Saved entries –
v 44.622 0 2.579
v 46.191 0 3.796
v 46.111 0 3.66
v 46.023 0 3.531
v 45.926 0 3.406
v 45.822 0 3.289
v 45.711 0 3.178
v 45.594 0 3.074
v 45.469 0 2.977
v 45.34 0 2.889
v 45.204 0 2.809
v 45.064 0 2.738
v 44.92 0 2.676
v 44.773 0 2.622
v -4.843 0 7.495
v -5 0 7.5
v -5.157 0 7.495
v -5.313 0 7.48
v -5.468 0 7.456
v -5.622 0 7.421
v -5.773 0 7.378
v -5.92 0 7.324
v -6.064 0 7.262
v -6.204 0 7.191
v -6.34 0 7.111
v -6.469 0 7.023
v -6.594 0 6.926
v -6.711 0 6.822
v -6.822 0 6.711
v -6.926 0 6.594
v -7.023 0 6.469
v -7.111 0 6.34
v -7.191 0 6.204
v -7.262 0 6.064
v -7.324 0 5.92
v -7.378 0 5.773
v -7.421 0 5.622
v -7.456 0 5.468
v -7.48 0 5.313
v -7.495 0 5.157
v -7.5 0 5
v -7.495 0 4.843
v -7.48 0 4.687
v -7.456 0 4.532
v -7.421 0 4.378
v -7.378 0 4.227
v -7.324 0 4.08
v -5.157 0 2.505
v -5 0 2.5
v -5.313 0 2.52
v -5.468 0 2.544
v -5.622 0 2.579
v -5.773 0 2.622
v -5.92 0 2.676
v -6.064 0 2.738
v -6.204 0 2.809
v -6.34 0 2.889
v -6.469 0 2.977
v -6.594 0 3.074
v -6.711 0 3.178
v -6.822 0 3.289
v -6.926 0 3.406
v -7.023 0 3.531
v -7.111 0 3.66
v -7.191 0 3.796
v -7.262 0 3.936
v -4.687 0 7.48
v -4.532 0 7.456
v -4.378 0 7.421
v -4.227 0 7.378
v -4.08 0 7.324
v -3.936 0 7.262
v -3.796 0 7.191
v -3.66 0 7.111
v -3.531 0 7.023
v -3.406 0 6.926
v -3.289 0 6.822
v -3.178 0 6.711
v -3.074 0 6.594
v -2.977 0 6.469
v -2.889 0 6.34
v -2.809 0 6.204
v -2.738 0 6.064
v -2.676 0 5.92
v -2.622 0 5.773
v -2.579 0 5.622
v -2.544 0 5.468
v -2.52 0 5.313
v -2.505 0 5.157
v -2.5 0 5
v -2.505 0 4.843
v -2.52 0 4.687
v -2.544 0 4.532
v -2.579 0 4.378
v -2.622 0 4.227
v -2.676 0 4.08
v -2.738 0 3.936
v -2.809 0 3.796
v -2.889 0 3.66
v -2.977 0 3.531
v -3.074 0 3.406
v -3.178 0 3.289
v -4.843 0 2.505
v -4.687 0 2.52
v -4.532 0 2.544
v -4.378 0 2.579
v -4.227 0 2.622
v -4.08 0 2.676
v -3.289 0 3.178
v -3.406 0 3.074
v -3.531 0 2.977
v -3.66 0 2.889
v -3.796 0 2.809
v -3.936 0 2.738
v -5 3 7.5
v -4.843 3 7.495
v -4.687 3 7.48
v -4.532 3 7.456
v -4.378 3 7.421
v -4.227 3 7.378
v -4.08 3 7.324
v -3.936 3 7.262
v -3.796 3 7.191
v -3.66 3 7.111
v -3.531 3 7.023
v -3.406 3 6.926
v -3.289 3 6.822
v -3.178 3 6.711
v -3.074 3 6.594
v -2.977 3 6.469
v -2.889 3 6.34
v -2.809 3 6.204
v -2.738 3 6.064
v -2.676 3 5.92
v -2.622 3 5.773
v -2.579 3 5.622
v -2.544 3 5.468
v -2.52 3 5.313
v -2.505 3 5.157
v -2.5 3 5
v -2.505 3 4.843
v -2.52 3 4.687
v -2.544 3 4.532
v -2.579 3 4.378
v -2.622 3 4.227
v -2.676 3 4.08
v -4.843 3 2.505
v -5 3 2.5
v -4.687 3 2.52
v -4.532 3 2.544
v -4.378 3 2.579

Problem statement – Repeat exactly, please, each line from the beginning of the data through the line with "v -6.711 0 6.822" in it, and only those lines.

Response to this task –
v 44.622 0 2.579
v 46.191 0 3.796
v 46.111 0 3.66
v 46.023 0 3.531
v 45.926 0 3.406
v 45.822 0 3.289
v 45.711 0 3.178
v 45.594 0 3.074
v 45.469 0 2.977
v 45.34 0 2.889
v 45.204 0 2.809
v 45.064 0 2.738
v 44.92 0 2.676
v 44.773 0 2.622
v -4.843 0 7.495
v -5 0 7.5
v -5.157 0 7.495
v -5.313 0 7.48
v -5.468 0 7.456
v -5.622 0 7.421
v -5.773 0 7.378
v -5.92 0 7.324
v -6.064 0 7.262
v -6.204 0 7.191
v -6.34 0 7.111
v -6.469 0 7.023
v -6.594 0 6.926
v -6.711 0 6.822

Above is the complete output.